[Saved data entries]
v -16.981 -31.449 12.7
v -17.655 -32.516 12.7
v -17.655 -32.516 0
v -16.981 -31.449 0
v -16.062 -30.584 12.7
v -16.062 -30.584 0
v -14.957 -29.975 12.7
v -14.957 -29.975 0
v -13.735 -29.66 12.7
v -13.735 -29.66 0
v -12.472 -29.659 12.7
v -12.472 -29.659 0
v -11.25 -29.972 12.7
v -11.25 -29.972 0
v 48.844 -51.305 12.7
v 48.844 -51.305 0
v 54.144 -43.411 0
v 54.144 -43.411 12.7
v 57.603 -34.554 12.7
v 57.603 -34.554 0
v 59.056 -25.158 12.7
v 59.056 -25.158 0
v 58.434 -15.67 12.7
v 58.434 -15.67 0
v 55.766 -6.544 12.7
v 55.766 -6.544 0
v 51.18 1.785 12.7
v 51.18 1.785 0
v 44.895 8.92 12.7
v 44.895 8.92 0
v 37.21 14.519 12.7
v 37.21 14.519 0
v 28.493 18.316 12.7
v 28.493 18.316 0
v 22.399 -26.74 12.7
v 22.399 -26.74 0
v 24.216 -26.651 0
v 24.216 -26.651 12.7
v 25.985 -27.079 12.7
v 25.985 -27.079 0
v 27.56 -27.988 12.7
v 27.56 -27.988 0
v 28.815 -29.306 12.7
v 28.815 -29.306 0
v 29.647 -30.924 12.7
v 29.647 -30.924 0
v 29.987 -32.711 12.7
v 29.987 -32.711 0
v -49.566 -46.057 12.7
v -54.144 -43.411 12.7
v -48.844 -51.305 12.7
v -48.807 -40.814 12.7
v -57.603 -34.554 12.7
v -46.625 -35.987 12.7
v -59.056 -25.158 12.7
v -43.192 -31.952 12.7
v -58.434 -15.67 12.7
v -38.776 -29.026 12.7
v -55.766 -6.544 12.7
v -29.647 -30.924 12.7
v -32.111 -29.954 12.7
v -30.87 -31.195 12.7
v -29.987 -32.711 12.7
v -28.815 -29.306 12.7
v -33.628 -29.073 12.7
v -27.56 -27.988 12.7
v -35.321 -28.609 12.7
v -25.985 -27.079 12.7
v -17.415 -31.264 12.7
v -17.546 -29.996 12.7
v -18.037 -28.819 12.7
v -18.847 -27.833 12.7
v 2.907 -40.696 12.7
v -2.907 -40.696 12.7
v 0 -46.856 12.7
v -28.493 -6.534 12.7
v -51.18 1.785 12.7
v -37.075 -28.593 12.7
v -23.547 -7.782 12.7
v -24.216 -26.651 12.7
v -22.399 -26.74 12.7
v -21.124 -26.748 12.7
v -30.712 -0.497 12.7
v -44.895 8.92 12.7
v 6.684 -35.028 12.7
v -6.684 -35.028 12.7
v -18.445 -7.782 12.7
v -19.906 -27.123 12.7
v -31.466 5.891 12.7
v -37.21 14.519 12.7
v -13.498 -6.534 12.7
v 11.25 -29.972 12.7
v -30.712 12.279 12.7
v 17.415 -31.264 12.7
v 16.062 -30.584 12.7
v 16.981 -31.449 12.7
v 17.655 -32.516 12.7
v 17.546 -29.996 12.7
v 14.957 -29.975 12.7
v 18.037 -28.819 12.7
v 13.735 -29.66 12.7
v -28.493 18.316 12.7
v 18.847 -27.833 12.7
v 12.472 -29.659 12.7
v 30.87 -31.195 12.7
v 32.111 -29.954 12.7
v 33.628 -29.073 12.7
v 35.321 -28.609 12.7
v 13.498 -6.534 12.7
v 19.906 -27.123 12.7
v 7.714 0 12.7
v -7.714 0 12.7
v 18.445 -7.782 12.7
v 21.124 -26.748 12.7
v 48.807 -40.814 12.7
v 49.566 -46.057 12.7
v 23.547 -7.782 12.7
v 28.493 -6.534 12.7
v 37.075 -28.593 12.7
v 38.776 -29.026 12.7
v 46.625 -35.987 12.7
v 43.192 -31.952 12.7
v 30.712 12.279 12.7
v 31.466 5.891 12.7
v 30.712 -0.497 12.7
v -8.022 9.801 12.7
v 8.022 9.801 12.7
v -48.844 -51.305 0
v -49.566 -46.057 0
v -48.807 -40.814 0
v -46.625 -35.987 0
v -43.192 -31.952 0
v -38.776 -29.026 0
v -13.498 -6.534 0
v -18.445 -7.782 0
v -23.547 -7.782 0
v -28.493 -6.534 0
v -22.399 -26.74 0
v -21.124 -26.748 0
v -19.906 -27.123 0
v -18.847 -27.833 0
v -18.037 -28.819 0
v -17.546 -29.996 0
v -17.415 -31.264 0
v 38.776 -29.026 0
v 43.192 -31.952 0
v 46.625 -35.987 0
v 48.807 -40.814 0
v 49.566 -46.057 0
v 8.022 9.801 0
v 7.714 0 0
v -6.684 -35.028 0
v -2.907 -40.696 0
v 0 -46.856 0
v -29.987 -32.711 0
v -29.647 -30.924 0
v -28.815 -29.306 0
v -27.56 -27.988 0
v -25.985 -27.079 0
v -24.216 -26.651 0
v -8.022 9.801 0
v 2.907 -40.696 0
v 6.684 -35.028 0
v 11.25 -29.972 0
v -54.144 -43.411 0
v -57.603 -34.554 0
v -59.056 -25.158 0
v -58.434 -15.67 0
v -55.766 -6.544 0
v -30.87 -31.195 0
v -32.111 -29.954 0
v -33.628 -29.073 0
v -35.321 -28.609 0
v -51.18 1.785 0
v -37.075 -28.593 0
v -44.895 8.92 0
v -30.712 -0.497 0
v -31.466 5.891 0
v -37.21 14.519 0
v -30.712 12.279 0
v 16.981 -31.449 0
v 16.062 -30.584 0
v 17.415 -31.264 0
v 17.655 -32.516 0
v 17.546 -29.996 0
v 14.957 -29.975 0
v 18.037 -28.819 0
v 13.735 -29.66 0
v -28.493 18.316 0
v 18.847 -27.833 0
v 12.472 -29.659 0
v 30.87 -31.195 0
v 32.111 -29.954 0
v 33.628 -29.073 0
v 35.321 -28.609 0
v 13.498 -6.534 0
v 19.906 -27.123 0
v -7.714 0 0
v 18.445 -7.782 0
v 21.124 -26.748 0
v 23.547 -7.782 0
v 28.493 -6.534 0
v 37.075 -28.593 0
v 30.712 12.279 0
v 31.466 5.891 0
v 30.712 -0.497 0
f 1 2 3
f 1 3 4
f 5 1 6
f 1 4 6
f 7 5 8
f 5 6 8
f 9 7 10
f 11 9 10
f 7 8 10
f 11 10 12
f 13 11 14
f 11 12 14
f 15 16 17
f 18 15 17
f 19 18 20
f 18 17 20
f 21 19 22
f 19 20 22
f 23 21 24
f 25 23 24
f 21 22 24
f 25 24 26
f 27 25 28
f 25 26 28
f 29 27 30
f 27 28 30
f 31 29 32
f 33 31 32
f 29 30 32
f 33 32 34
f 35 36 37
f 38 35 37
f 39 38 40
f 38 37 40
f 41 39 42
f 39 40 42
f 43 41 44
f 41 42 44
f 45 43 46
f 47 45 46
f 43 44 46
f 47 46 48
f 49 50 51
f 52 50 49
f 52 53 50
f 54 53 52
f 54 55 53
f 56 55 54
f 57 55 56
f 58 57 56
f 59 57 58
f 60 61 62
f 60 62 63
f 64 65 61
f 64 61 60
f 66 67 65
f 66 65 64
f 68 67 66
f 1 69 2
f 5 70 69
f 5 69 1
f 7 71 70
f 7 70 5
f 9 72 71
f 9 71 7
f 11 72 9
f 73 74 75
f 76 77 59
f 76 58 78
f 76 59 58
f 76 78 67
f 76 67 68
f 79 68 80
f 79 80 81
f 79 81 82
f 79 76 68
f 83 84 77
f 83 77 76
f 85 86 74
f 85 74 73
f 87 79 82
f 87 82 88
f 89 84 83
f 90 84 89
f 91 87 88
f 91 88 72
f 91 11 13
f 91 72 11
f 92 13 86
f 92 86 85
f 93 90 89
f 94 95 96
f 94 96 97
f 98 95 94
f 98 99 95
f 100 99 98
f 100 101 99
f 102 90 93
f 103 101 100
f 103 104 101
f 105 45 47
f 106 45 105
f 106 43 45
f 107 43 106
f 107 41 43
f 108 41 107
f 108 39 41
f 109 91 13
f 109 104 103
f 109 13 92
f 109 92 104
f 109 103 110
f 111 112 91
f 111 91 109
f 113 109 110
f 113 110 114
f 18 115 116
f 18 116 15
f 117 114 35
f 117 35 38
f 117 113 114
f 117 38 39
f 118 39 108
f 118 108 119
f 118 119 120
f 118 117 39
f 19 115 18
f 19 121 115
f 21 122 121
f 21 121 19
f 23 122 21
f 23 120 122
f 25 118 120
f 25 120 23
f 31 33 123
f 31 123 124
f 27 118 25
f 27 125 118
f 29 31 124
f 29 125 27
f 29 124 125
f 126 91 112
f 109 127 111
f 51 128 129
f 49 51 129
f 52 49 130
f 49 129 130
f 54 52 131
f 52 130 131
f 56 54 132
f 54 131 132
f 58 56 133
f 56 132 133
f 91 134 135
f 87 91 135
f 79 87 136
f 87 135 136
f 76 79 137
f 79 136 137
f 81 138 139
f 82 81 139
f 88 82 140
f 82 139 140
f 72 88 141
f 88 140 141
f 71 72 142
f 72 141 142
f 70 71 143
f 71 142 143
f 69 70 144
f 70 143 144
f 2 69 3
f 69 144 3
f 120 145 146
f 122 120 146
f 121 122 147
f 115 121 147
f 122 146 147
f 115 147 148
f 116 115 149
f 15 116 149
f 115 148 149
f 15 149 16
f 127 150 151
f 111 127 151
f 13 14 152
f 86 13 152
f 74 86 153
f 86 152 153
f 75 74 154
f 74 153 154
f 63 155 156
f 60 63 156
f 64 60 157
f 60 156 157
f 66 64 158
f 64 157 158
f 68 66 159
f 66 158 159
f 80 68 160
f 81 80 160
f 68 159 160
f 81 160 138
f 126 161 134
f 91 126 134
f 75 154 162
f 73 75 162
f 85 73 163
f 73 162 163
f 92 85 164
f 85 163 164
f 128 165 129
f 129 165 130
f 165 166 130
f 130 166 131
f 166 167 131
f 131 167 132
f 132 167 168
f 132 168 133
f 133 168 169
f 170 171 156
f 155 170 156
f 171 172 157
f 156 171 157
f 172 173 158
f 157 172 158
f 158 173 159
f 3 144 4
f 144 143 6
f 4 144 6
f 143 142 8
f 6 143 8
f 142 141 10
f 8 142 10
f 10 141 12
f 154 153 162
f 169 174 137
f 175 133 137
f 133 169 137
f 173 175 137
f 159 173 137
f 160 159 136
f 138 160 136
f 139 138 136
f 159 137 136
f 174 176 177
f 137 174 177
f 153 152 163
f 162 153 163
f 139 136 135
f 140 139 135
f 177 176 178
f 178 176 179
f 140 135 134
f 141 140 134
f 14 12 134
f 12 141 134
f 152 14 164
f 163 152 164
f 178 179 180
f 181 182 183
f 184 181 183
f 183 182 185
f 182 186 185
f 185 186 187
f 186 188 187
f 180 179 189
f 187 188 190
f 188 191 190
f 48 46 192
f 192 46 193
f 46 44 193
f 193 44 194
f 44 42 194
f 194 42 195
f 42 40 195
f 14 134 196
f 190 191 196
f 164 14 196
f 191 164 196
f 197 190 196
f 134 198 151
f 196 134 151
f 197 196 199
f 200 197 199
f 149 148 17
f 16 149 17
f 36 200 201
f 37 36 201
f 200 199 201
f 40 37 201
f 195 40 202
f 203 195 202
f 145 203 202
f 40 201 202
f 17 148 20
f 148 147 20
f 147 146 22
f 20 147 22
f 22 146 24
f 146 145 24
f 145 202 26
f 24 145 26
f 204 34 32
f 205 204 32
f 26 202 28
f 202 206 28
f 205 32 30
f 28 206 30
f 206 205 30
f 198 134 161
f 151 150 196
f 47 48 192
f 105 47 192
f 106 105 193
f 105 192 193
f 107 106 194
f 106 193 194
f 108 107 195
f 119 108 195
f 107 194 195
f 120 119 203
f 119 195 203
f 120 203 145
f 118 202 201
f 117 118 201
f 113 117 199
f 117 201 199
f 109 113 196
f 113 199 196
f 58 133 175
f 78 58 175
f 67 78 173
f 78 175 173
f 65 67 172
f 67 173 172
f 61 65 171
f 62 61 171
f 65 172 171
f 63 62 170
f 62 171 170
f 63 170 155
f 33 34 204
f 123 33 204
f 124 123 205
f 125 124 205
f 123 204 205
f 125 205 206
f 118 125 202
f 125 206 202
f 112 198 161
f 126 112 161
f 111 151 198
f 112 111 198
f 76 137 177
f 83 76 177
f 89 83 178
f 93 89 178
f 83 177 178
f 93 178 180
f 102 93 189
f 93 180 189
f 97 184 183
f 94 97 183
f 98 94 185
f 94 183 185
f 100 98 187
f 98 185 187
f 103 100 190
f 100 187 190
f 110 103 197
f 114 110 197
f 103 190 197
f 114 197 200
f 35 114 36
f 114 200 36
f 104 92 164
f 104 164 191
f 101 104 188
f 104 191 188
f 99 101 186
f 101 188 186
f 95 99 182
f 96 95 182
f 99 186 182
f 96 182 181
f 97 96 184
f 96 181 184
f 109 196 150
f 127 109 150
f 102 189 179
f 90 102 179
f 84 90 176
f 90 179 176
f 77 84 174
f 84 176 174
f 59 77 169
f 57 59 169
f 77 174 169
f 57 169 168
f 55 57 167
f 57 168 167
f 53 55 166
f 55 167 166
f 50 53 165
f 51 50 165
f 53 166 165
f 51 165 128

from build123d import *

# Parameters (mm, degrees)
F1_DEPTH = 12.7


with BuildPart() as f1:
    # F0 (on Top) → F1 (new body)
    with BuildSketch(Plane.XY):
        with BuildLine():
            Line((7.714299, 0), (0, 0))
            Line((0, 0), (-7.714299, 0))
            Line((-7.714299, 0), (-8.022307, 9.800587))
            Line((-8.022307, 9.800587), (-13.498154, -6.533614))
            ThreePointArc((-13.498154, -6.533614), (-20.995744, -7.940171), (-28.493334, -6.533614))
            ThreePointArc((-28.493334, -6.533614), (-31.465941, 5.890964), (-28.493334, 18.315542))
            ThreePointArc((-28.493334, 18.315542), (-57.349967, -11.034002), (-48.843939, -51.30494))
            ThreePointArc((-48.843939, -51.30494), (-47.885852, -38.32362), (-38.775746, -29.026385))
            ThreePointArc((-38.775746, -29.026385), (-33.628454, -29.072653), (-29.987374, -32.711237))
            ThreePointArc((-29.987374, -32.711237), (-27.56038, -27.988323), (-22.399301, -26.739529))
            ThreePointArc((-22.399301, -26.739529), (-18.405939, -28.296448), (-17.654907, -32.516268))
            ThreePointArc((-17.654907, -32.516268), (-14.956693, -29.974504), (-11.249818, -29.972308))
            ThreePointArc((-11.249818, -29.972308), (-4.691706, -37.79257), (0, -46.85641))
            ThreePointArc((0, -46.85641), (4.691706, -37.79257), (11.249818, -29.972308))
            ThreePointArc((11.249818, -29.972308), (14.956693, -29.974504), (17.654907, -32.516268))
            ThreePointArc((17.654907, -32.516268), (18.405939, -28.296448), (22.399301, -26.739529))
            ThreePointArc((22.399301, -26.739529), (27.56038, -27.988323), (29.987374, -32.711237))
            ThreePointArc((29.987374, -32.711237), (33.628454, -29.072653), (38.775746, -29.026385))
            ThreePointArc((38.775746, -29.026385), (47.885852, -38.32362), (48.843939, -51.30494))
            ThreePointArc((48.843939, -51.30494), (57.349967, -11.034002), (28.493334, 18.315542))
            ThreePointArc((28.493334, 18.315542), (31.465941, 5.890964), (28.493334, -6.533614))
            ThreePointArc((28.493334, -6.533614), (20.995744, -7.940171), (13.498154, -6.533614))
            Line((13.498154, -6.533614), (8.022307, 9.800587))
            Line((8.022307, 9.800587), (7.714299, 0))
        make_face()
    extrude(amount=F1_DEPTH)


solid = f1.part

EXERCISE INSTRUCTIONS | Write out exactly the lines above from the line with "f 162 153 163" through the line with "f 145 202 26", both of them included, and leave out all other lines.

EXERCISE RESPONSE |
f 162 153 163
f 139 136 135
f 140 139 135
f 177 176 178
f 178 176 179
f 140 135 134
f 141 140 134
f 14 12 134
f 12 141 134
f 152 14 164
f 163 152 164
f 178 179 180
f 181 182 183
f 184 181 183
f 183 182 185
f 182 186 185
f 185 186 187
f 186 188 187
f 180 179 189
f 187 188 190
f 188 191 190
f 48 46 192
f 192 46 193
f 46 44 193
f 193 44 194
f 44 42 194
f 194 42 195
f 42 40 195
f 14 134 196
f 190 191 196
f 164 14 196
f 191 164 196
f 197 190 196
f 134 198 151
f 196 134 151
f 197 196 199
f 200 197 199
f 149 148 17
f 16 149 17
f 36 200 201
f 37 36 201
f 200 199 201
f 40 37 201
f 195 40 202
f 203 195 202
f 145 203 202
f 40 201 202
f 17 148 20
f 148 147 20
f 147 146 22
f 20 147 22
f 22 146 24
f 146 145 24
f 145 202 26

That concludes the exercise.